#### WHAT YOU ARE ASKED TO DO
Everything from the first line of the entries below through the line holding "Line((-26.658806, 11.227749), (-20.410406, 11.227749))" must be printed exactly as written.

----------------------------------------

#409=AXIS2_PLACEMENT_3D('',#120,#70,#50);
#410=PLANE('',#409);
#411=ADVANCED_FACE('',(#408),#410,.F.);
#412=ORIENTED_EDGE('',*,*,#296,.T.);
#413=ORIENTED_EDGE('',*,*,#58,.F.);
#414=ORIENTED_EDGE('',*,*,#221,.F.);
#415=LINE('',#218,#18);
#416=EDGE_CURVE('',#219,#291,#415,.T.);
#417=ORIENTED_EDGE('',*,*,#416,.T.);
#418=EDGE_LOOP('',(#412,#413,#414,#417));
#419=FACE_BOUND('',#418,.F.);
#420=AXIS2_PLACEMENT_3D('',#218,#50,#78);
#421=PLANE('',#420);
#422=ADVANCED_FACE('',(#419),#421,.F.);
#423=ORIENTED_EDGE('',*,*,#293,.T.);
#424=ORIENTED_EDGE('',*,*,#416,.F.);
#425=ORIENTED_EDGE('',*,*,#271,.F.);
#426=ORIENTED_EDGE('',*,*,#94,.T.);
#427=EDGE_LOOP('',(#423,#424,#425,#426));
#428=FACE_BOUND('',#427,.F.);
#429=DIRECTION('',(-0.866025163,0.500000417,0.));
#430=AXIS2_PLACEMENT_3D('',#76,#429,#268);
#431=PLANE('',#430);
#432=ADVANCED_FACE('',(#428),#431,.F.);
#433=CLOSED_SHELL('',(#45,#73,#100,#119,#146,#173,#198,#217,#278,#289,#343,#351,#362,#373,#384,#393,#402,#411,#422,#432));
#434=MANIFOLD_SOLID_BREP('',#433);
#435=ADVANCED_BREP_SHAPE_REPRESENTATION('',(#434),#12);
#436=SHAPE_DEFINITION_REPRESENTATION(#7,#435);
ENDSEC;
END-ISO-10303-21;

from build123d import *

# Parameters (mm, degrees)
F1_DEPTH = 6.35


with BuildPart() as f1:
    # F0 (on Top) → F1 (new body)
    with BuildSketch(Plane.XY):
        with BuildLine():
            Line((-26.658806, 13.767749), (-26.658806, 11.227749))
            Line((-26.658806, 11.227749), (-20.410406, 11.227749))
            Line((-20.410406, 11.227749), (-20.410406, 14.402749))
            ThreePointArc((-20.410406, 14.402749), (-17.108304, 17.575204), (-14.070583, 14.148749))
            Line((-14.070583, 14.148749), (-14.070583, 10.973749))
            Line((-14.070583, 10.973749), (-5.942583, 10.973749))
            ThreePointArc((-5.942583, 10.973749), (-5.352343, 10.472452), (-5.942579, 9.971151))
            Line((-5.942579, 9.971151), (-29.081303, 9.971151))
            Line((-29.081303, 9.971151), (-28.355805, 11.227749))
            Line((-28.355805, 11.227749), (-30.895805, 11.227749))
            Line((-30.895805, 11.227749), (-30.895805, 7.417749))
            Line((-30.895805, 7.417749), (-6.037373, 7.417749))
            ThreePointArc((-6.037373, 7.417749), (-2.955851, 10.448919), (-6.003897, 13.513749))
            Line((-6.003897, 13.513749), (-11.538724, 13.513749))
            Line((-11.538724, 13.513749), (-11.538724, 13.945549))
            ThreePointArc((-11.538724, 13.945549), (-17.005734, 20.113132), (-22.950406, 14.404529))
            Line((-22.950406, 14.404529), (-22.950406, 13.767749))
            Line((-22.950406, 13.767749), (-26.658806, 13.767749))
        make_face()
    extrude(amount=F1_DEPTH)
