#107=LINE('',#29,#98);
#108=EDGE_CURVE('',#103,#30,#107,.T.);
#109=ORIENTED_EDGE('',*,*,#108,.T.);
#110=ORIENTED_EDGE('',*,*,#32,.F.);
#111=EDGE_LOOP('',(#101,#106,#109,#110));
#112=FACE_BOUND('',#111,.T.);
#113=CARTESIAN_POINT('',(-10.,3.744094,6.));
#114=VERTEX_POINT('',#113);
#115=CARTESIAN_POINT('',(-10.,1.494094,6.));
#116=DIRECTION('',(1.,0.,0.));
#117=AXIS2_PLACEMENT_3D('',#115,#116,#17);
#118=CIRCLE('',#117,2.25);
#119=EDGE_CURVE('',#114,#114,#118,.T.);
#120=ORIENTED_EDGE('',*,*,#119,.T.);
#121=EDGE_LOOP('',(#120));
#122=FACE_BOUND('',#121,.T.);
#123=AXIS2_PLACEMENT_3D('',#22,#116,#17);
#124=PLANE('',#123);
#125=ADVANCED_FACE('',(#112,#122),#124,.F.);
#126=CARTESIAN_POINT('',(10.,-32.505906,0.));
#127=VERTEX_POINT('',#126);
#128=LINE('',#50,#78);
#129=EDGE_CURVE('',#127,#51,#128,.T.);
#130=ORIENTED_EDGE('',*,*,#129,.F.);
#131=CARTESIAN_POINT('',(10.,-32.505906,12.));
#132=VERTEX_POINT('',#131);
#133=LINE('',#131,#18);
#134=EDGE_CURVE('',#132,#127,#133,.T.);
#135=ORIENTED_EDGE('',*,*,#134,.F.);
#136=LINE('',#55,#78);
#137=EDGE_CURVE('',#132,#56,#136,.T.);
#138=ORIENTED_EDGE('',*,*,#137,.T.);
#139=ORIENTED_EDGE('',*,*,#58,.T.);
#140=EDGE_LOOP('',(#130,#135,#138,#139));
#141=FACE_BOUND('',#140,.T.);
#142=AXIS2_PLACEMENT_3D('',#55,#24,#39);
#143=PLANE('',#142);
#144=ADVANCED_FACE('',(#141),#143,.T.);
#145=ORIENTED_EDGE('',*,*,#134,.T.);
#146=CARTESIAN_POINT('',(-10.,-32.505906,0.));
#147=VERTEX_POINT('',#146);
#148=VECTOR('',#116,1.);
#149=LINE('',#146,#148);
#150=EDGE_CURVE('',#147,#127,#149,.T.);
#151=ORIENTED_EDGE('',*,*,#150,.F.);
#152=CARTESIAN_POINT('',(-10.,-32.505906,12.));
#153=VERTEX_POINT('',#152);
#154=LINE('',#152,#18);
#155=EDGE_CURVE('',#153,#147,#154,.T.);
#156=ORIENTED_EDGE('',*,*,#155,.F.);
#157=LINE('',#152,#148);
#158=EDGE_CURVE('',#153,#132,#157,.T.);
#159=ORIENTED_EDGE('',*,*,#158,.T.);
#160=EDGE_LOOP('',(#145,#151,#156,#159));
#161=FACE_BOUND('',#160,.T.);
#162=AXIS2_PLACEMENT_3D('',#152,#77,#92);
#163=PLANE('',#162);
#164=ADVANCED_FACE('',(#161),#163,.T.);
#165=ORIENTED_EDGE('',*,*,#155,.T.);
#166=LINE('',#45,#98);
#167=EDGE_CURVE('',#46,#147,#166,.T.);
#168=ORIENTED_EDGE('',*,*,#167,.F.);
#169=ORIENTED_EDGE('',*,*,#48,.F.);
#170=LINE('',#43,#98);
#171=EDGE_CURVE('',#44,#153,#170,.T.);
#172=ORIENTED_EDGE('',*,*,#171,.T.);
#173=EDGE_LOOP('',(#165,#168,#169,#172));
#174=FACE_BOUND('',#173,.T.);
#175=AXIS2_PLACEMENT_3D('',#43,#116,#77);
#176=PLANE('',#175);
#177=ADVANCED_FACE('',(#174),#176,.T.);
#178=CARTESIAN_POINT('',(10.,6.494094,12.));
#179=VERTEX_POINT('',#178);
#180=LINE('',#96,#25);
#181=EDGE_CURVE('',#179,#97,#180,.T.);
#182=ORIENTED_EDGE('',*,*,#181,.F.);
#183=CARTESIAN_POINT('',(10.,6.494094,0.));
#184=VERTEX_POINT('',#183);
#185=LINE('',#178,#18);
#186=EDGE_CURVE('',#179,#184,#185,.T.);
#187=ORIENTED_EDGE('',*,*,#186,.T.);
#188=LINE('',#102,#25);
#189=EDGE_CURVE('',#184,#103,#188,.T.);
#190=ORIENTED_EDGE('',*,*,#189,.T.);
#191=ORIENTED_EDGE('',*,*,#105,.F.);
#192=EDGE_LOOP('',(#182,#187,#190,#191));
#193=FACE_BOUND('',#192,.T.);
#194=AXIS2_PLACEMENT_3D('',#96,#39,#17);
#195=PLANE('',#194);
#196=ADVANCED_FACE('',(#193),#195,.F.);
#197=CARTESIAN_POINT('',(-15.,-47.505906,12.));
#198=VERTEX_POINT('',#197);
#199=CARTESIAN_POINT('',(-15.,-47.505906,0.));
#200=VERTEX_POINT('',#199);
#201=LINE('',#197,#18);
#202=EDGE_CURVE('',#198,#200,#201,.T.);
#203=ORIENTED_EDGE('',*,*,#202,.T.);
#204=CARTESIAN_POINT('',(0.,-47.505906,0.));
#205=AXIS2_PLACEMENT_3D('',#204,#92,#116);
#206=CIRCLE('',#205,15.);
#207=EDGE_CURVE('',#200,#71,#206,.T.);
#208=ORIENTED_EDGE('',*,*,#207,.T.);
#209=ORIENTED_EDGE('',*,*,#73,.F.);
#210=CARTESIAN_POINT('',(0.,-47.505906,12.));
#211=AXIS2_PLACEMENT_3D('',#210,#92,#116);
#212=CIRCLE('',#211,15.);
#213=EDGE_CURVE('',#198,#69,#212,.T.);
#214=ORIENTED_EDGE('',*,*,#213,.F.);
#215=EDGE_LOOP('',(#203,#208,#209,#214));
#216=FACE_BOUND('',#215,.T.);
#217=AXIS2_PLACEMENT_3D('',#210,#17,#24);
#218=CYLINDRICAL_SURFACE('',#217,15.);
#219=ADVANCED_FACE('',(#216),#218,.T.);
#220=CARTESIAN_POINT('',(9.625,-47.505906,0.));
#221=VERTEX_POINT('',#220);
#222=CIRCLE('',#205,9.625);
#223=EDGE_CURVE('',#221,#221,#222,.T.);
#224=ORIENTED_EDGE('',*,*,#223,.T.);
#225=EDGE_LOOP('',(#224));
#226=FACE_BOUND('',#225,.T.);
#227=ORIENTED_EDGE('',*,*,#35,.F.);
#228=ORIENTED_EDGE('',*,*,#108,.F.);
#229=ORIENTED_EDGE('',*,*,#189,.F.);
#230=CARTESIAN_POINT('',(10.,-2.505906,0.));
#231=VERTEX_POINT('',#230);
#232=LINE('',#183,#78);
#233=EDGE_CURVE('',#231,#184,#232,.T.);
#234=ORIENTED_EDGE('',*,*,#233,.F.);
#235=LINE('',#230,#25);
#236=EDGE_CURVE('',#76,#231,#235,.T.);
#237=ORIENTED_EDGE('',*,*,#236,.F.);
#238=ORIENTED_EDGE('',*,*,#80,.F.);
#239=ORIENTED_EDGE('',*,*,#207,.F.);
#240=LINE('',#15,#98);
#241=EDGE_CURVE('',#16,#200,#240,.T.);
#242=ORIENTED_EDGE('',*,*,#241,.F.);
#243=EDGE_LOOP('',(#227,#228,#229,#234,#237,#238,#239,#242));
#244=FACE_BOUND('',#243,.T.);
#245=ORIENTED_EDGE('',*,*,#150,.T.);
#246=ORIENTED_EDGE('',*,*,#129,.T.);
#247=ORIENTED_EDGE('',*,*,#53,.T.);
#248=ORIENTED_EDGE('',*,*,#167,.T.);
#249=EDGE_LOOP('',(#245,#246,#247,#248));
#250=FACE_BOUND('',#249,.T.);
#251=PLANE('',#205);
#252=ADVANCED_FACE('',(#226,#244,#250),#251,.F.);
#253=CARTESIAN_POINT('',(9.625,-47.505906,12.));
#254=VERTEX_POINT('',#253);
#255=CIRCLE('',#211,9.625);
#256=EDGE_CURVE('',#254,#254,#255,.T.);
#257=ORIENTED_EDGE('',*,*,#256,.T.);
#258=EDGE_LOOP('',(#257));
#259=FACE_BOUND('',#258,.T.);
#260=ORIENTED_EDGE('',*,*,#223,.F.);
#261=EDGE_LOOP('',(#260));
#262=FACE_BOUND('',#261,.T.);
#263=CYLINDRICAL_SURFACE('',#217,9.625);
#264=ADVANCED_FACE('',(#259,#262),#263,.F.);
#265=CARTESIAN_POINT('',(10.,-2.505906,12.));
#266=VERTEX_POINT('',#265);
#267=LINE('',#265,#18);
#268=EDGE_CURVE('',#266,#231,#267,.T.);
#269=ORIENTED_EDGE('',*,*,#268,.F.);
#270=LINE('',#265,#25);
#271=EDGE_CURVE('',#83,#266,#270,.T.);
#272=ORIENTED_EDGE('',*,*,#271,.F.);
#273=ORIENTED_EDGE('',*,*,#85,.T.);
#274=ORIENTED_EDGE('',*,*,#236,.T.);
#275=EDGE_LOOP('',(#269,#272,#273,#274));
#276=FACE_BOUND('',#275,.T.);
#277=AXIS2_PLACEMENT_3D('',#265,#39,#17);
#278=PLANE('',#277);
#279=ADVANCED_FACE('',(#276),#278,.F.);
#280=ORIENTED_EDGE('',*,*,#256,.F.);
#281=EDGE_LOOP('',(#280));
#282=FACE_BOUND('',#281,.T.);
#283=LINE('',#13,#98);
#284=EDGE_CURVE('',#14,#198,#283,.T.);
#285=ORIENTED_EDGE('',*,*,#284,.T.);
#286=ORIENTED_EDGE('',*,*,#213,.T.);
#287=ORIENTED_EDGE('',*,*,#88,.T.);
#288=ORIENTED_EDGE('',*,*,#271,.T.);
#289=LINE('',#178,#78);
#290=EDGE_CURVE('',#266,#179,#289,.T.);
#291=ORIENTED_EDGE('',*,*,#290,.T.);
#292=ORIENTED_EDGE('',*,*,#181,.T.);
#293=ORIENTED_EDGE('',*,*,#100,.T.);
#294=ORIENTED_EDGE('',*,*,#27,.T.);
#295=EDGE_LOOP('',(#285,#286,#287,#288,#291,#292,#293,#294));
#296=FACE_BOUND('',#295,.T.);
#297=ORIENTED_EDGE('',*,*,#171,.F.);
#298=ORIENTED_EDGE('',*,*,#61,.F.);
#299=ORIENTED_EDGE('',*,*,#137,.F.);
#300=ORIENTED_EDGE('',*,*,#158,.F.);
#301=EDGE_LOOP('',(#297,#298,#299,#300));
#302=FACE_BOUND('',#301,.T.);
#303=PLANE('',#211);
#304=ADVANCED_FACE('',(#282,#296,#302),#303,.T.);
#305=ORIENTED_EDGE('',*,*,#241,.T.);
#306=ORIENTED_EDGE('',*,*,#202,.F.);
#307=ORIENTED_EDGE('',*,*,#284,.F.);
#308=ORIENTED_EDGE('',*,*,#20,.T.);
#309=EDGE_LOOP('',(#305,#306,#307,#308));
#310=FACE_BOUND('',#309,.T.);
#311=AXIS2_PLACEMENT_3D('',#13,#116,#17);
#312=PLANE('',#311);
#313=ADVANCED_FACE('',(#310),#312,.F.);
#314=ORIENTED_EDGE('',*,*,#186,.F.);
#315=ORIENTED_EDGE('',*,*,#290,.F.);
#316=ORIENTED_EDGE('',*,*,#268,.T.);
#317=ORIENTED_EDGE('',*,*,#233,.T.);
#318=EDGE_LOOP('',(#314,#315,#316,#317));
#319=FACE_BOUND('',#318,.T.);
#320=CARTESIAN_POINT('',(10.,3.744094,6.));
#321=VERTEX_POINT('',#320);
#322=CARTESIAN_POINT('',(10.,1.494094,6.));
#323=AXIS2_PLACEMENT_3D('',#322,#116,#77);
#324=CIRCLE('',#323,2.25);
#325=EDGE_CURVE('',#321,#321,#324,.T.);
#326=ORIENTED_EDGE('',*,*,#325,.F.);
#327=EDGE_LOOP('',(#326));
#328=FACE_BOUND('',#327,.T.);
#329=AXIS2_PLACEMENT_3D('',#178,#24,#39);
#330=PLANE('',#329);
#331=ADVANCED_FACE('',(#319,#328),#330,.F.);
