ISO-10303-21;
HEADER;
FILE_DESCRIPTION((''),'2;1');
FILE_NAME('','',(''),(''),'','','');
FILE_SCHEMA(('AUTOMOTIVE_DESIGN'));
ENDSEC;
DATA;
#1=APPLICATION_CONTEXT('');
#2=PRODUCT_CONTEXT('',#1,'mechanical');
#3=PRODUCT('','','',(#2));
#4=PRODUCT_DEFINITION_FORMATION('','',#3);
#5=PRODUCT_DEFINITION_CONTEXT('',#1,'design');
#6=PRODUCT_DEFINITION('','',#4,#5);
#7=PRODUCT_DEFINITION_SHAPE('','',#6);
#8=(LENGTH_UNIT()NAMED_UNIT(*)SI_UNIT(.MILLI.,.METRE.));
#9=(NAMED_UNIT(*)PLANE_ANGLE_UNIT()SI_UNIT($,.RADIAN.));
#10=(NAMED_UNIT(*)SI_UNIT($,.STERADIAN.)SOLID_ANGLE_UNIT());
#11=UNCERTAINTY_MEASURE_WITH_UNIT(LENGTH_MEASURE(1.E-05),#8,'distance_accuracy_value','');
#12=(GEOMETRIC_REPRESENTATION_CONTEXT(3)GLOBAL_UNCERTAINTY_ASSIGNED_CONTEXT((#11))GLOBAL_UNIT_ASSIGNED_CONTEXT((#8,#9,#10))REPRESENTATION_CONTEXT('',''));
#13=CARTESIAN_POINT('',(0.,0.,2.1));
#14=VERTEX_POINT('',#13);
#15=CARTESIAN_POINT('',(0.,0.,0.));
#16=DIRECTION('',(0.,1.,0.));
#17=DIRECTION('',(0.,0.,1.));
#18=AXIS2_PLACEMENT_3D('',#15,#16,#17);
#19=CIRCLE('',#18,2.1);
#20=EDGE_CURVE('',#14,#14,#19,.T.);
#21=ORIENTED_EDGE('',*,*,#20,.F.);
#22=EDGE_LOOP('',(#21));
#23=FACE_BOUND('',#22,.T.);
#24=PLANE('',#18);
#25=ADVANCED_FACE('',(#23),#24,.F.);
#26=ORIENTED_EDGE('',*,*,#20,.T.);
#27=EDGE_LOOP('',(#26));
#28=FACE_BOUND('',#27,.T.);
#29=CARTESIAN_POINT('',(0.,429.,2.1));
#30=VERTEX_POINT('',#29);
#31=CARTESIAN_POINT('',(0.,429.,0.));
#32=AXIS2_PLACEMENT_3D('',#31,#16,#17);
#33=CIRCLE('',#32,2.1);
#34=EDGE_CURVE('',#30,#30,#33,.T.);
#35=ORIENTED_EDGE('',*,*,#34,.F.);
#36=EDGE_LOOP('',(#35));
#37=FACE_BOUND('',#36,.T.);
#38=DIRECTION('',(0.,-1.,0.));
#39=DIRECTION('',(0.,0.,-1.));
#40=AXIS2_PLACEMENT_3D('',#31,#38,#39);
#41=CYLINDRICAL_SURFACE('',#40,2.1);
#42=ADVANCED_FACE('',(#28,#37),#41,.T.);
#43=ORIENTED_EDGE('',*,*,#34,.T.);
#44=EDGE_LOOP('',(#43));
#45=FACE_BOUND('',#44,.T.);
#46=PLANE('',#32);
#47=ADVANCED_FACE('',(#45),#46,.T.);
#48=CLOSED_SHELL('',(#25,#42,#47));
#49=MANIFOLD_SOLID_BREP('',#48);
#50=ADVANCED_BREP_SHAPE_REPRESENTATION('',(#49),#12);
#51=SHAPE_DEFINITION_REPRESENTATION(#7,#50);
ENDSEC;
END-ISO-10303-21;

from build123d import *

# Parameters (mm, degrees)
CROQUIS1_R              = 2.1
SALIENTE_EXTRUIR1_DEPTH = 429


with BuildPart() as part:
    # Croquis1 → Saliente-Extruir1 (new body)
    with BuildSketch(Plane(origin=(0, 0, 0), x_dir=(1, 0, 0), z_dir=(0, 1, 0))):
        Circle(CROQUIS1_R)
    extrude(amount=SALIENTE_EXTRUIR1_DEPTH)


solid = part.part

----------------------------------------

#### OUTPUT OF THE EXERCISE
#409=AXIS2_PLACEMENT_3D('',#120,#70,#50);
#410=PLANE('',#409);
#411=ADVANCED_FACE('',(#408),#410,.F.);
#412=ORIENTED_EDGE('',*,*,#296,.T.);
#413=ORIENTED_EDGE('',*,*,#58,.F.);
#414=ORIENTED_EDGE('',*,*,#221,.F.);
#415=LINE('',#218,#18);
#416=EDGE_CURVE('',#219,#291,#415,.T.);
#417=ORIENTED_EDGE('',*,*,#416,.T.);
#418=EDGE_LOOP('',(#412,#413,#414,#417));
#419=FACE_BOUND('',#418,.F.);
#420=AXIS2_PLACEMENT_3D('',#218,#50,#78);
#421=PLANE('',#420);
#422=ADVANCED_FACE('',(#419),#421,.F.);
#423=ORIENTED_EDGE('',*,*,#293,.T.);
#424=ORIENTED_EDGE('',*,*,#416,.F.);
#425=ORIENTED_EDGE('',*,*,#271,.F.);
#426=ORIENTED_EDGE('',*,*,#94,.T.);
#427=EDGE_LOOP('',(#423,#424,#425,#426));
#428=FACE_BOUND('',#427,.F.);
#429=DIRECTION('',(-0.866025163,0.500000417,0.));
#430=AXIS2_PLACEMENT_3D('',#76,#429,#268);
#431=PLANE('',#430);
#432=ADVANCED_FACE('',(#428),#431,.F.);
#433=CLOSED_SHELL('',(#45,#73,#100,#119,#146,#173,#198,#217,#278,#289,#343,#351,#362,#373,#384,#393,#402,#411,#422,#432));
#434=MANIFOLD_SOLID_BREP('',#433);
#435=ADVANCED_BREP_SHAPE_REPRESENTATION('',(#434),#12);
#436=SHAPE_DEFINITION_REPRESENTATION(#7,#435);
ENDSEC;
END-ISO-10303-21;

from build123d import *

# Parameters (mm, degrees)
F1_DEPTH = 6.35


with BuildPart() as f1:
    # F0 (on Top) → F1 (new body)
    with BuildSketch(Plane.XY):
        with BuildLine():
            Line((-26.658806, 13.767749), (-26.658806, 11.227749))
            Line((-26.658806, 11.227749), (-20.410406, 11.227749))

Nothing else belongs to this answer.